# 1986 FBI Miami Shootout & Training



## GCBHM (Mar 24, 2014)

I'm sure we've all heard of this fateful incident and how it impacted the gun ammunition industry, but I spent some time watching the documentary (parts 1 & 2) and came to a simple conclusion. It seems to me that the FBI was not out gunned, the were out trained. They simply were not ready for the kind of street fight that erupted when they decided to corner a combat veteran with actual advanced combat training and experience.

I've known about this even for a number of years, but never really took the time to look into it. However, after doing so there were so many things that went wrong for the FBI simply b/c they just took a lot of things for granted, made really poor decisions, and just got out fought. That's not to say that they did not fight valiantly, or that they were stupid. They just never expected an old Army Ranger to be ready to fight like he did, and they didn't have ample advanced combat training. Watch the videos from the link below and you'll see what I'm talking about. This gun fight should have ended before it got started. I guess that is the difference btwn federal agents and a determined combat veteran with advanced combat training.

For me, the takeaways are 1. train the best you can, and 2. avoid trouble if you can. I know the police aren't supposed to run from trouble, but it seems to me they really should have reconsidered their options before cornering these two that day.


----------



## Thateus (Feb 12, 2015)

---


----------



## GCBHM (Mar 24, 2014)

Well, if you look at the reports, Matix wasn't much of a factor. Platt was. Matix was a cook in the Marines and a cop in the Army, but Platt was an Army Ranger with experience, and as I said, the FBI was not prepared for the fight that erupted when they decided to corner them. 

Moral of the story? Don't let your false sense of superiority get you killed.


----------



## Thateus (Feb 12, 2015)

---


----------



## GCBHM (Mar 24, 2014)

I know. That's what I've said, twice.


----------



## Thateus (Feb 12, 2015)

---


----------



## GCBHM (Mar 24, 2014)

Thanks for your input!


----------



## KeithC. (Dec 24, 2013)

Thanks for the link GCBHM. : )


----------



## SouthernBoy (Jun 27, 2007)

I have followed this case in one way or another for a long time (over 20 years). The best write-up I have read was by Massad Ayoob in his book, "The Ayoob Files: The Book";

Ayoob Files: The Book: Massad F. Ayoob: 9780936279169: Amazon.com: Books

There are other very good cases in this little handbook as well.

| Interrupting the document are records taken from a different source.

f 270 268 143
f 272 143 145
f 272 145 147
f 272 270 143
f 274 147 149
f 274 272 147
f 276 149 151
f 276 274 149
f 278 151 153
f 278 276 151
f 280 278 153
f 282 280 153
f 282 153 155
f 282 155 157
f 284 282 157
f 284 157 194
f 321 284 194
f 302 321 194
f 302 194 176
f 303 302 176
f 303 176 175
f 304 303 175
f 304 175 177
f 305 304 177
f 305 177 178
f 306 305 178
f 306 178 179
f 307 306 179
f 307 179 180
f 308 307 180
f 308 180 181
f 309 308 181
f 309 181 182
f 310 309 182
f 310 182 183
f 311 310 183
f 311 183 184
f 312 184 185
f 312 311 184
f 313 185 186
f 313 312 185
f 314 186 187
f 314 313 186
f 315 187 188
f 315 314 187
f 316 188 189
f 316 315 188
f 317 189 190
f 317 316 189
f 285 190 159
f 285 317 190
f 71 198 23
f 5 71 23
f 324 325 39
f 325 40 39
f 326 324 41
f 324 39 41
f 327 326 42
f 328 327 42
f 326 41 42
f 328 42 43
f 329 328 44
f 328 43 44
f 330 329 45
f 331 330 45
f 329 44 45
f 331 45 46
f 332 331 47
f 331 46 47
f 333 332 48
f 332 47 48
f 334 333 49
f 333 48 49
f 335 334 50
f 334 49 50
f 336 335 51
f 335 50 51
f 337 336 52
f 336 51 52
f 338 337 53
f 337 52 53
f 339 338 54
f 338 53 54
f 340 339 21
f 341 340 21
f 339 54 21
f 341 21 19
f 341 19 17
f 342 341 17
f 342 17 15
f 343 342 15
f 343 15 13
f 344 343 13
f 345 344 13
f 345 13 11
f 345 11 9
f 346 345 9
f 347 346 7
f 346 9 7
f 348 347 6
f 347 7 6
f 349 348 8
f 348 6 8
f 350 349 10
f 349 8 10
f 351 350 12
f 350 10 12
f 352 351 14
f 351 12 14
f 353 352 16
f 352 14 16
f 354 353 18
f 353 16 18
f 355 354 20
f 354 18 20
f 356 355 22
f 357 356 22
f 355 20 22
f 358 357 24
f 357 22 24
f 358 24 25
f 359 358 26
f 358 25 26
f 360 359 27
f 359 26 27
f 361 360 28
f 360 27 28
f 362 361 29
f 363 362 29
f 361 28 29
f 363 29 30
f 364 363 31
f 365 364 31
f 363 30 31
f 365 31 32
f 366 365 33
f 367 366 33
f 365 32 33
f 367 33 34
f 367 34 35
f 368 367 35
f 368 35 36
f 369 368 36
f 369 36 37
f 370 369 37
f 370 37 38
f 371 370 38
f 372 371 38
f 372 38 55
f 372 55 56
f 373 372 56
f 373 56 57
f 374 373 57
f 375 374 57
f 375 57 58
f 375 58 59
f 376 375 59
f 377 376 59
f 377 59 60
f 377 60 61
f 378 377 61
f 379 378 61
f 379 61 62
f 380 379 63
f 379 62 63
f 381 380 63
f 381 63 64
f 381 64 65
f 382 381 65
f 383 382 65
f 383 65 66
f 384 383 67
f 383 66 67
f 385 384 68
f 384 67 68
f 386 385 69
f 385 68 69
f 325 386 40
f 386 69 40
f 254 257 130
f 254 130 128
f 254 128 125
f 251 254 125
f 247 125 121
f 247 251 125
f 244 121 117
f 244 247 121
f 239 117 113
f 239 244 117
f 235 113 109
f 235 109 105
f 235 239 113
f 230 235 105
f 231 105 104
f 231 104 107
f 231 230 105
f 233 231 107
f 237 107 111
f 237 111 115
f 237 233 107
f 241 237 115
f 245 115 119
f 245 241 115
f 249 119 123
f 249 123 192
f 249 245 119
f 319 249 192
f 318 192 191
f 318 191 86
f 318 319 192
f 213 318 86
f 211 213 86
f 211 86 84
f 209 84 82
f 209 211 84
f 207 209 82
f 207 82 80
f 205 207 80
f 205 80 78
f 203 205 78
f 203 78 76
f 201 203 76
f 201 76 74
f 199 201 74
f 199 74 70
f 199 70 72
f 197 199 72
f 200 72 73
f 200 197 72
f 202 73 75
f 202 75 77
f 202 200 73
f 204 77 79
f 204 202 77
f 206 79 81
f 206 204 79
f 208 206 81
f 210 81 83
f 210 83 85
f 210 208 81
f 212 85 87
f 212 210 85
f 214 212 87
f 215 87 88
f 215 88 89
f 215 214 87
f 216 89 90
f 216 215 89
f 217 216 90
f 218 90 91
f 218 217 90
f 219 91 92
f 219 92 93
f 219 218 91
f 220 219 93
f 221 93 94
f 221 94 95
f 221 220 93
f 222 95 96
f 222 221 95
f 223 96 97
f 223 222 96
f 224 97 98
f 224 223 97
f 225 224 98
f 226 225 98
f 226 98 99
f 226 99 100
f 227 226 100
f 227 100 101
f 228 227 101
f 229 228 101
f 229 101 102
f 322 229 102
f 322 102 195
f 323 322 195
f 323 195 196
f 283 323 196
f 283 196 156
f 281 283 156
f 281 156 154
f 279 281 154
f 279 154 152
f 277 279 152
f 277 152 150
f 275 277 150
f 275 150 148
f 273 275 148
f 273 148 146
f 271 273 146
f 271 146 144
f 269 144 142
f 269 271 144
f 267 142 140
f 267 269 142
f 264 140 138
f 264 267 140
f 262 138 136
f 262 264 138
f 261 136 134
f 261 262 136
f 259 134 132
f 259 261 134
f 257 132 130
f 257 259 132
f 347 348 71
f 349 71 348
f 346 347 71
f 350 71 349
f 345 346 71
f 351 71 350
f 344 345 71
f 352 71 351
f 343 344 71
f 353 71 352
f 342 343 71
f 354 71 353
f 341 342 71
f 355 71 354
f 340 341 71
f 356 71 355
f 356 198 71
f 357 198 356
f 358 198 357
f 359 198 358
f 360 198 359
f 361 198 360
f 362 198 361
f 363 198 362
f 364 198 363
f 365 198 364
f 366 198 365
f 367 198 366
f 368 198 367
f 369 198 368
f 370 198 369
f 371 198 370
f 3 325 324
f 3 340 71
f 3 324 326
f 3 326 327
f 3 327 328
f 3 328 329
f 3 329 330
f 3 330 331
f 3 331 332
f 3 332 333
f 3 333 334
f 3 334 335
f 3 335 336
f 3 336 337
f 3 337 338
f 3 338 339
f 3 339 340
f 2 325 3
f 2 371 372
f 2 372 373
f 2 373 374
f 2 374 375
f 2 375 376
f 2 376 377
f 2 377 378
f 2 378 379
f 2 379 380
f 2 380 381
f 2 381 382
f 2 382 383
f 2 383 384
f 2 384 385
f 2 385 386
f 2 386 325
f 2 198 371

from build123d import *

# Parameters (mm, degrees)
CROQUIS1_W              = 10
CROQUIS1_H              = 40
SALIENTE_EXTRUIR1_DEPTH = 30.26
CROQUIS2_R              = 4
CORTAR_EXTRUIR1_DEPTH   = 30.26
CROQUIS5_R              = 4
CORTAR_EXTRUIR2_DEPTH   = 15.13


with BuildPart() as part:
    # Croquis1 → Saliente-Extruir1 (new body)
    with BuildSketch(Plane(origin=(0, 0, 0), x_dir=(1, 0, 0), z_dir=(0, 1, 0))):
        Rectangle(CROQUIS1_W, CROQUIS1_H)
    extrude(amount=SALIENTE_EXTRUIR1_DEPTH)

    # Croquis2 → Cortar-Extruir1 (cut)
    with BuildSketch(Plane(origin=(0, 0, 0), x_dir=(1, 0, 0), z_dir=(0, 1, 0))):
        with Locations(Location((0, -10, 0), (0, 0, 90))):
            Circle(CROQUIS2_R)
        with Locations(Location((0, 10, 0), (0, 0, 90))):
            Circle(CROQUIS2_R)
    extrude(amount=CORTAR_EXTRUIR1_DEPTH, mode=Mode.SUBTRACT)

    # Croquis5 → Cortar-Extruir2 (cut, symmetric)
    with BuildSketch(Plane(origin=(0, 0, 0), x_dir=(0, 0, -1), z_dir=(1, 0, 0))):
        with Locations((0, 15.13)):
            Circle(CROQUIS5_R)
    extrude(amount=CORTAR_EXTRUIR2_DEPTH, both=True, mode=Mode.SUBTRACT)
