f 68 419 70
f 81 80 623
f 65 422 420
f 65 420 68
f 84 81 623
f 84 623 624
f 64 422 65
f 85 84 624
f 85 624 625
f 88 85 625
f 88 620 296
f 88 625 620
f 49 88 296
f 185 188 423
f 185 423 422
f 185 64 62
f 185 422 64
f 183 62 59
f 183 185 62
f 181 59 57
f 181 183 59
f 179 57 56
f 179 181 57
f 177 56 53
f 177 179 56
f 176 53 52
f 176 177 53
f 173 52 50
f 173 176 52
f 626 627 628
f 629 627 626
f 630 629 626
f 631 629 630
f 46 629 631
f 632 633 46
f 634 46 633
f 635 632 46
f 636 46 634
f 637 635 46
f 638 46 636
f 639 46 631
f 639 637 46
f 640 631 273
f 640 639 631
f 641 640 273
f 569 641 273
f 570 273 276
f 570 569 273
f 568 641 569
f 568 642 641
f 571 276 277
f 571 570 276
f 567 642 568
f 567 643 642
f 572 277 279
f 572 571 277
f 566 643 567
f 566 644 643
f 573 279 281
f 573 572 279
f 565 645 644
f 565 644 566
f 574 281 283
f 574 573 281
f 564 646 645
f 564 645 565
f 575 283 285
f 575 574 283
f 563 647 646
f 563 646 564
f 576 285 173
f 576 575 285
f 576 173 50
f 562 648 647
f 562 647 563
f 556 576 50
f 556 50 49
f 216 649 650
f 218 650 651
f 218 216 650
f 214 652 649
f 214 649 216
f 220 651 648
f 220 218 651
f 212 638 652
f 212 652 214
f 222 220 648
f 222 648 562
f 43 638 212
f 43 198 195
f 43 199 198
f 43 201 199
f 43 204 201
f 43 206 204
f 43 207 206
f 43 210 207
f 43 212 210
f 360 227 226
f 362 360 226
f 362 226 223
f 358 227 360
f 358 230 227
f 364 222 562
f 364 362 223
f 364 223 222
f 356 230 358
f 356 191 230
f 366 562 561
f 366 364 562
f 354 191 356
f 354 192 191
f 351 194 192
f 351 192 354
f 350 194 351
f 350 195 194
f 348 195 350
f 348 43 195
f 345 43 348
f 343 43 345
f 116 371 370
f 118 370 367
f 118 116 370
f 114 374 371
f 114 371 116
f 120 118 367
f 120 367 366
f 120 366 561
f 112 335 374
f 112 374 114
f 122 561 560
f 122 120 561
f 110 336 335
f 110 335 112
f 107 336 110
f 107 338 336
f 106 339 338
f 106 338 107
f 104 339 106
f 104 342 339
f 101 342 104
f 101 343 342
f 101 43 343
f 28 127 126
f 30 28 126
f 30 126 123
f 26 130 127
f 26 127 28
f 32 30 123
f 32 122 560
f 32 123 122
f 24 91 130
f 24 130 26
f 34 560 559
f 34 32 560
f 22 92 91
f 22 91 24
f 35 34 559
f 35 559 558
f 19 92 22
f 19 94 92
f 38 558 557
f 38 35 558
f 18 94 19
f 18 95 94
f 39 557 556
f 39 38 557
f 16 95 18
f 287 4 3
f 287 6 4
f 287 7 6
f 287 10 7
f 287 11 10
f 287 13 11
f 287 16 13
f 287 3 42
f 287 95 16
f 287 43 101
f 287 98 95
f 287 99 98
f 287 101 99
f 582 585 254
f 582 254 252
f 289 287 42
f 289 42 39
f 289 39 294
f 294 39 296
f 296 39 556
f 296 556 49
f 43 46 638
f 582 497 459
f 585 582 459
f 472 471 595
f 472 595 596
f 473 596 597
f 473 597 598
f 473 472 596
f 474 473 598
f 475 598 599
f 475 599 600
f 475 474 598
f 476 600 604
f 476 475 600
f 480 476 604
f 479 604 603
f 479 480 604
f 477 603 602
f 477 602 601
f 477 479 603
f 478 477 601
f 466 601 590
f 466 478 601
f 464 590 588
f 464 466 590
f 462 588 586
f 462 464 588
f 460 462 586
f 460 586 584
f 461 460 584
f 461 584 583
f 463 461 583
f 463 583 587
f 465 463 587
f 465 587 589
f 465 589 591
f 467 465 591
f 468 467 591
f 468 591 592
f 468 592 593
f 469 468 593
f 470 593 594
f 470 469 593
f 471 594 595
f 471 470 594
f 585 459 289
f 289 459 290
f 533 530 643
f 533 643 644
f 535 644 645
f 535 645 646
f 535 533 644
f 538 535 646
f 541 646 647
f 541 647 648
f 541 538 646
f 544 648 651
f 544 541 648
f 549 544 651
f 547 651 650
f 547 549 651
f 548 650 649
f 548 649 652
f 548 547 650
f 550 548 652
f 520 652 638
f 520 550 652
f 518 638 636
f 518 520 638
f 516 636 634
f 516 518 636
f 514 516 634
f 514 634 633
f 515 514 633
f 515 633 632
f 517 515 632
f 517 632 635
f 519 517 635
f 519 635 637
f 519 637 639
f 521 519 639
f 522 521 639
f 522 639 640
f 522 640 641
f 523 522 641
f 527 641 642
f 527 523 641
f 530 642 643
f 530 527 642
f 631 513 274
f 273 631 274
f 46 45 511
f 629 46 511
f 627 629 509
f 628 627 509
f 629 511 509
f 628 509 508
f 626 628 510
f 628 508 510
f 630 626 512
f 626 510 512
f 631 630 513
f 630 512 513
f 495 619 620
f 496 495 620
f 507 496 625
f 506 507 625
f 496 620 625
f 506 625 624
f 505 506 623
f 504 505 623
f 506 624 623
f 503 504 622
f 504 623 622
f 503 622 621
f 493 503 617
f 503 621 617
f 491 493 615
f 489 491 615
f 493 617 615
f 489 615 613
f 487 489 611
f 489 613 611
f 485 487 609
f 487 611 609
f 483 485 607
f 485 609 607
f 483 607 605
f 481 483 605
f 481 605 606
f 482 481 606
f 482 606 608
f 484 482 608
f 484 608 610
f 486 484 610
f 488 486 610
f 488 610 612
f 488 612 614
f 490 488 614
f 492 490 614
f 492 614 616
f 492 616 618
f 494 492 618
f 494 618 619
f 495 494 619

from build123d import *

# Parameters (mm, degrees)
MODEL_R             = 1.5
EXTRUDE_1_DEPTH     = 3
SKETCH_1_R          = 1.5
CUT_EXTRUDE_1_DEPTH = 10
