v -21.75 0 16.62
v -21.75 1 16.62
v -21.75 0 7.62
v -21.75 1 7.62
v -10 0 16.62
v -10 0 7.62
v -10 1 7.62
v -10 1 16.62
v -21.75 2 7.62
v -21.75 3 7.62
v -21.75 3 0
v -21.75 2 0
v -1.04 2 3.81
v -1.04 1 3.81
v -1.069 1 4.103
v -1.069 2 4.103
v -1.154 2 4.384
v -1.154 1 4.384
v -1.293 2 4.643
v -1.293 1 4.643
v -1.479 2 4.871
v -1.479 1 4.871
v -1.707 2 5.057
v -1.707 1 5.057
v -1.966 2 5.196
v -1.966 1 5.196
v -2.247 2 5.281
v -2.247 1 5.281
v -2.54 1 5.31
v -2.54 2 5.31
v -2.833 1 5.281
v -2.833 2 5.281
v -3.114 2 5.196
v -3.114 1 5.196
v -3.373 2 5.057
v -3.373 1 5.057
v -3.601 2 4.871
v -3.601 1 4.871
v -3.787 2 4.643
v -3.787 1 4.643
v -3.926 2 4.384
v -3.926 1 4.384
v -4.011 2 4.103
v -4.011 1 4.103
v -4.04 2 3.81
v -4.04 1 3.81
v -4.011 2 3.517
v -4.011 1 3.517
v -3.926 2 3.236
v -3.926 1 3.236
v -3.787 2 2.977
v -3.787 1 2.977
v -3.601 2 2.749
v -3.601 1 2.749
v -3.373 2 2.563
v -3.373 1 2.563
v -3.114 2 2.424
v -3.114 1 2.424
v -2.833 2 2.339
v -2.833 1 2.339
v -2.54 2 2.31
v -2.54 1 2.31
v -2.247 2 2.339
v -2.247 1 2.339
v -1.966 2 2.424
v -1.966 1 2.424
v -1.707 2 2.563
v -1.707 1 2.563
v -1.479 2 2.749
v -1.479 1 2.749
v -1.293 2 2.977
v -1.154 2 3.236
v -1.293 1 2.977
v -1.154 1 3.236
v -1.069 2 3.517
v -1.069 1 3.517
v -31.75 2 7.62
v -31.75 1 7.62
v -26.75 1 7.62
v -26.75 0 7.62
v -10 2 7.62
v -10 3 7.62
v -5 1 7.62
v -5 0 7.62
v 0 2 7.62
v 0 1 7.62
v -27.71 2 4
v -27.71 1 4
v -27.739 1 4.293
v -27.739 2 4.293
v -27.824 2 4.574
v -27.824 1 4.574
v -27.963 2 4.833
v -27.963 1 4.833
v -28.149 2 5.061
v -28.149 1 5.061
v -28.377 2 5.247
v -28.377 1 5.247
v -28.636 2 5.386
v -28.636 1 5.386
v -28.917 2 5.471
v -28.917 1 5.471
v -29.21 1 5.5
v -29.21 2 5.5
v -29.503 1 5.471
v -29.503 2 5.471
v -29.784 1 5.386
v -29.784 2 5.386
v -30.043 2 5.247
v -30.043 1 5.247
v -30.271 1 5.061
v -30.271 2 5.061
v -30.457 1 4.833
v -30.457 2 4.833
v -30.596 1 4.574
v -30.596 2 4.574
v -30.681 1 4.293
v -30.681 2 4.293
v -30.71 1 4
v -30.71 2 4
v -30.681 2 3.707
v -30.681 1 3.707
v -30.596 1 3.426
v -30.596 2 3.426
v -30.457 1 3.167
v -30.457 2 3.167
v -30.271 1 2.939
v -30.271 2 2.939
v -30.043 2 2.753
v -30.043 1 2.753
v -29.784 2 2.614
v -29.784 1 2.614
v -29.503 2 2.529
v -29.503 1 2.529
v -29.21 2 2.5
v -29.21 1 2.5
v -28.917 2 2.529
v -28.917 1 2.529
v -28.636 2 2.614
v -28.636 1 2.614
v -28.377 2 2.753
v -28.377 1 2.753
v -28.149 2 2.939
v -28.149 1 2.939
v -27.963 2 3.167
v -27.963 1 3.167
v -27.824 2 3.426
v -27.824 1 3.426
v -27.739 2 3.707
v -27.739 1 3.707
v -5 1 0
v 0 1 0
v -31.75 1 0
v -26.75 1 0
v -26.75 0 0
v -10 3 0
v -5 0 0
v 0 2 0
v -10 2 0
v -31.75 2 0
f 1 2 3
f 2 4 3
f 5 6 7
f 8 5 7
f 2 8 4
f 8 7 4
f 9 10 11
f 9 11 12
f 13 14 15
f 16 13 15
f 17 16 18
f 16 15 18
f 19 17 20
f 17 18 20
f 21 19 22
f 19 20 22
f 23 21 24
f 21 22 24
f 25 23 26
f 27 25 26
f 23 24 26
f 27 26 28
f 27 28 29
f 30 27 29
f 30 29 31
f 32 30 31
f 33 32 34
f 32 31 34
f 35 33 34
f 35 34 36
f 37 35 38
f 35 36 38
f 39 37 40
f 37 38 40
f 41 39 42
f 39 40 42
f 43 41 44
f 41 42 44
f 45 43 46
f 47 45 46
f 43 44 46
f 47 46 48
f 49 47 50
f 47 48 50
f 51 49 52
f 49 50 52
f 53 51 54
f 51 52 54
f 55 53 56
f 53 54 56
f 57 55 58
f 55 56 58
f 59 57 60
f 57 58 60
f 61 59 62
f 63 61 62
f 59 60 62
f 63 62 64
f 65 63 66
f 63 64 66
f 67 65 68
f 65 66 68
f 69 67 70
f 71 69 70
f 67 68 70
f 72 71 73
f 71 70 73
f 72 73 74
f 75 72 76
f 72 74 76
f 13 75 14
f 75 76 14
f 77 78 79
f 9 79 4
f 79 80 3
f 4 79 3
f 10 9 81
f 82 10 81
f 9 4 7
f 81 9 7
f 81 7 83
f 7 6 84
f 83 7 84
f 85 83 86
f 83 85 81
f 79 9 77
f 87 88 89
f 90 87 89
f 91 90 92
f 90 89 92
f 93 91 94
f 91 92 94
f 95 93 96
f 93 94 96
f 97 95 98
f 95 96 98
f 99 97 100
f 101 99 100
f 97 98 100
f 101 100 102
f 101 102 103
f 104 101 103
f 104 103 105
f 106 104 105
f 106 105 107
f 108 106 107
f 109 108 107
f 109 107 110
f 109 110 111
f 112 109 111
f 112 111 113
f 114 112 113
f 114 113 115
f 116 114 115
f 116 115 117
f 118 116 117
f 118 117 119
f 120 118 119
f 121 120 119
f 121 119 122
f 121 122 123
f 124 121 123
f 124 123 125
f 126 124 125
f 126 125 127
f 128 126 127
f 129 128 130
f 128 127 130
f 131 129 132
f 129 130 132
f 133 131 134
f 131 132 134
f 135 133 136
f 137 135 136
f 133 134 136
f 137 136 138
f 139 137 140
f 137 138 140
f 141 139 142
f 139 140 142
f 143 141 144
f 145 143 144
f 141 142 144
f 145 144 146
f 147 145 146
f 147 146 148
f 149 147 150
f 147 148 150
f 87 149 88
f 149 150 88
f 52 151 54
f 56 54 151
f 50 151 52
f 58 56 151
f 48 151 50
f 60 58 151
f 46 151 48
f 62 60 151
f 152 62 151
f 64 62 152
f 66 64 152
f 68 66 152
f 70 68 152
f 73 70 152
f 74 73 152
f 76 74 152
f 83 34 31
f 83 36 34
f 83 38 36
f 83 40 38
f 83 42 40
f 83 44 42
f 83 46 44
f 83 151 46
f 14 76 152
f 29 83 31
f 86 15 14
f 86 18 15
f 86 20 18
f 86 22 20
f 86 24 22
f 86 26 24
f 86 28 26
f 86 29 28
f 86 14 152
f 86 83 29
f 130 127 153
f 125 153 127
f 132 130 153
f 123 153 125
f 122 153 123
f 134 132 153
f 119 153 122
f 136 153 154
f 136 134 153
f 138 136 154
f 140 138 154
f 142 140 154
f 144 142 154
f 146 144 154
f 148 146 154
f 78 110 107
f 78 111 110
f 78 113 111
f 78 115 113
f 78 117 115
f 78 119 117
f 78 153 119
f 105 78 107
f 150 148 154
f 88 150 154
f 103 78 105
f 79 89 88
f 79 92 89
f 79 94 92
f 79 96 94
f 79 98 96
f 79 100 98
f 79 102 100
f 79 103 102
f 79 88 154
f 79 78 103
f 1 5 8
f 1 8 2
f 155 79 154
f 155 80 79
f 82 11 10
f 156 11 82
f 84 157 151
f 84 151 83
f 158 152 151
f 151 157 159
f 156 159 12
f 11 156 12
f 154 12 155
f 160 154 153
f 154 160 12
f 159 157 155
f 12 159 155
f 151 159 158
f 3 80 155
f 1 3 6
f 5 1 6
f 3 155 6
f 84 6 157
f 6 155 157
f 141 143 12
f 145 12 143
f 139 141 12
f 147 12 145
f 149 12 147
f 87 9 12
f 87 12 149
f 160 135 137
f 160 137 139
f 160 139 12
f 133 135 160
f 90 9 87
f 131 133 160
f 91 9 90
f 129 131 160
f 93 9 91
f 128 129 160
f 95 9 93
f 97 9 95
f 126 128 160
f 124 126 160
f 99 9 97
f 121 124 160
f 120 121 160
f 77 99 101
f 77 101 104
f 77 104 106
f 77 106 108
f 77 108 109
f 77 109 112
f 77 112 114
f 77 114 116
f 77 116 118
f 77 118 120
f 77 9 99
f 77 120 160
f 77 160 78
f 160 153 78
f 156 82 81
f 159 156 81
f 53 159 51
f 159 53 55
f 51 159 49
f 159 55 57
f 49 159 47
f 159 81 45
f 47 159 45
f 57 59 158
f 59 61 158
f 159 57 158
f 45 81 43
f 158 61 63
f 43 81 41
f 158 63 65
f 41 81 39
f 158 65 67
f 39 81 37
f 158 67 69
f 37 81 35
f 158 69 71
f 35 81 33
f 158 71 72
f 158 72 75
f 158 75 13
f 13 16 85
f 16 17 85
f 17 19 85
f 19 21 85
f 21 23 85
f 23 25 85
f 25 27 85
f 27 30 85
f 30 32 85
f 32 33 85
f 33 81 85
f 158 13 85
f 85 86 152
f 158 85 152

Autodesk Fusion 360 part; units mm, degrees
sketch "Sketch6" plane through (0, 0, 0) normal (0, 1, 0) x (1, 0, 0)
  line L0 (0, 0) -> (-31.75, 0)
  line L1 (-31.75, 0) -> (-31.75, -7.62)
  line L2 (-31.75, -7.62) -> (0, -7.62)
  line L3 (0, -7.62) -> (0, 0)
  dimension "d16" = 7.62
  dimension "d17" = 31.75
extrude "Extrude5" add sketch "Sketch6" along normal blind 3
sketch "Sketch7" plane through (0, 0, 0) normal (0, -1, 0) x (1, 0, 0)
  line L0 (0, 0) -> (0, 7.62)
  line L1 (0, 7.62) -> (-31.75, 7.62)
  line L2 (-31.75, 7.62) -> (-31.75, 0)
  line L3 (-31.75, 0) -> (0, 0)
  circle A0 centre (-29.21, 4) radius 1.5
  circle A1 centre (-2.54, 3.81) radius 1.5
  line L4 (-31.75, 7.62) -> (-26.75, 7.62)
  line L5 (-26.75, 7.62) -> (-26.75, 0)
  line L6 (-26.75, 0) -> (-31.75, 0)
  line L7 (-31.75, 0) -> (-31.75, 7.62)
  line L8 (0, 0) -> (-5, 0)
  line L9 (-5, 0) -> (-5, 7.62)
  line L10 (-5, 7.62) -> (0, 7.62)
  line L11 (0, 7.62) -> (0, 0)
  line L12 (-31.75, 7.62) -> (-21.75, 7.62)
  line L13 (-21.75, 7.62) -> (-21.75, 0)
  line L14 (-21.75, 0) -> (-31.75, 0)
  line L15 (-31.75, 0) -> (-31.75, 7.62)
  line L16 (0, 0) -> (-10, 0)
  line L17 (-10, 0) -> (-10, 7.62)
  line L18 (-10, 7.62) -> (0, 7.62)
  line L19 (0, 7.62) -> (0, 0)
  dimension "d20" = 3
  dimension "d21" = 3
  dimension "d22" = 26.67
  dimension "d24" = 2.54
  dimension "d25" = 3.81
  dimension "d30" = 5
  dimension "d31" = 5
  dimension "d36" = 10
  dimension "d37" = 10
extrude "Extrude8" cut sketch "Sketch7" against normal blind 1 contours L1 L2 L3 L4 L5 L6 L7 L12 L14 L15
extrude "Extrude7" cut sketch "Sketch7" against normal blind 3 contours A1
extrude "Extrude6" cut sketch "Sketch7" against normal blind 3 contours A0
extrude "Extrude9" cut sketch "Sketch7" against normal blind 1 contours L0 L1 L3 L8 L9 L10 L11 L16 L18 L19
sketch "Sketch8" plane through (0, 3, 0) normal (0, 1, 0) x (-1, 0, 0)
  circle A0 centre (29.21, 4) radius 1.5
  circle A1 centre (2.54, 3.81) radius 1.5
  line L0 (0, 7.62) -> (0, 0)
  line L1 (0, 0) -> (31.75, 0)
  line L2 (31.75, 0) -> (31.75, 7.62)
  line L3 (31.75, 7.62) -> (0, 7.62)
sketch "Sketch9" plane through (0, 0, 7.62) normal (0, 0, 1) x (-1, 0, 0)
  line L0 (5, -1) -> (0, -1)
  line L1 (0, -1) -> (0, -3)
  line L2 (0, -3) -> (31.75, -3)
  line L3 (31.75, -3) -> (31.75, -1)
  line L4 (31.75, -1) -> (26.75, -1)
  line L5 (26.75, -1) -> (26.75, 0)
  line L6 (26.75, 0) -> (5, 0)
  line L7 (5, 0) -> (5, -1)
  line L8 (31.75, -3) -> (21.75, -3)
  line L9 (21.75, -3) -> (21.75, -2)
  line L10 (21.75, -2) -> (31.75, -2)
  line L11 (31.75, -2) -> (31.75, -3)
  line L12 (0, -3) -> (10, -3)
  line L13 (10, -3) -> (10, -2)
  line L14 (10, -2) -> (0, -2)
  line L15 (0, -2) -> (0, -3)
  line L16 (21.75, -3) -> (10, -3)
  line L17 (10, -3) -> (10, -2)
  line L18 (10, -2) -> (21.75, -2)
  line L19 (21.75, -2) -> (21.75, -3)
  line L20 (21.75, 0) -> (10, 0)
  line L21 (10, 0) -> (10, -1)
  line L22 (10, -1) -> (21.75, -1)
  line L23 (21.75, -1) -> (21.75, 0)
  dimension "d39" = 10
  dimension "d40" = 1
  dimension "d45" = 11.75
extrude "Extrude12" add sketch "Sketch9" along normal blind 9 contours L6 L20 L21 L22 L23
extrude "Extrude11" cut sketch "Sketch9" against normal blind 10 contours L1 L2 L12 L13 L14 L15 L17
extrude "Extrude10" cut sketch "Sketch9" against normal blind 10 contours L2 L3 L8 L9 L10 L11 L19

The Miami FBI Shootout led to a number of changes in department ordinance and procedures. The 10mm replaced the 9mm as their standard sidearm. Later, that was changed to the .40S&W because the smaller agents and the females had trouble with the larger framed 10mm guns and the attendant recoil of the cartridge. FBI tactics and training were also changed due to this event, as well they should have been. This single extreme encounter is the most studied and reviewed such event in the U.S. for law enforcement personnel.

Two weeks ago, I wrote this;

*"..One should never underestimate a potential adversary, nor should one discard any information which could give one an advantage should an extreme encounter ensue.

Assuming a threat is better equipped and prepared than you can give you a valuable edge."*

Confidence in your ability and your equipment is one thing. Cockiness and arrogance is an entirely different animal and is dangerous to your welfare and longevity.

There was a good full length movie made about this event in 1988 called "In The Line of Duty: The F.B.I. Murders" which aired on TV as I recall. Here it is in its entirety;


----------



## Thateus (Feb 12, 2015)

SouthernBoy said:


> Cockiness and arrogance is an entirely different animal and is dangerous to your welfare and longevity.


I notice you and the fellow Southerners above are assuming all this. But then you Southern people have always had a problem with the Feds right.
Try this one on for size, they where doing exactly as procedures had called for in 1986. We did not even have swat at the local levels like we do today. And now even the FBI has their own.

I'll admit I feel somewhat remorseful as labeling them inept, because the truth of it is they weren't.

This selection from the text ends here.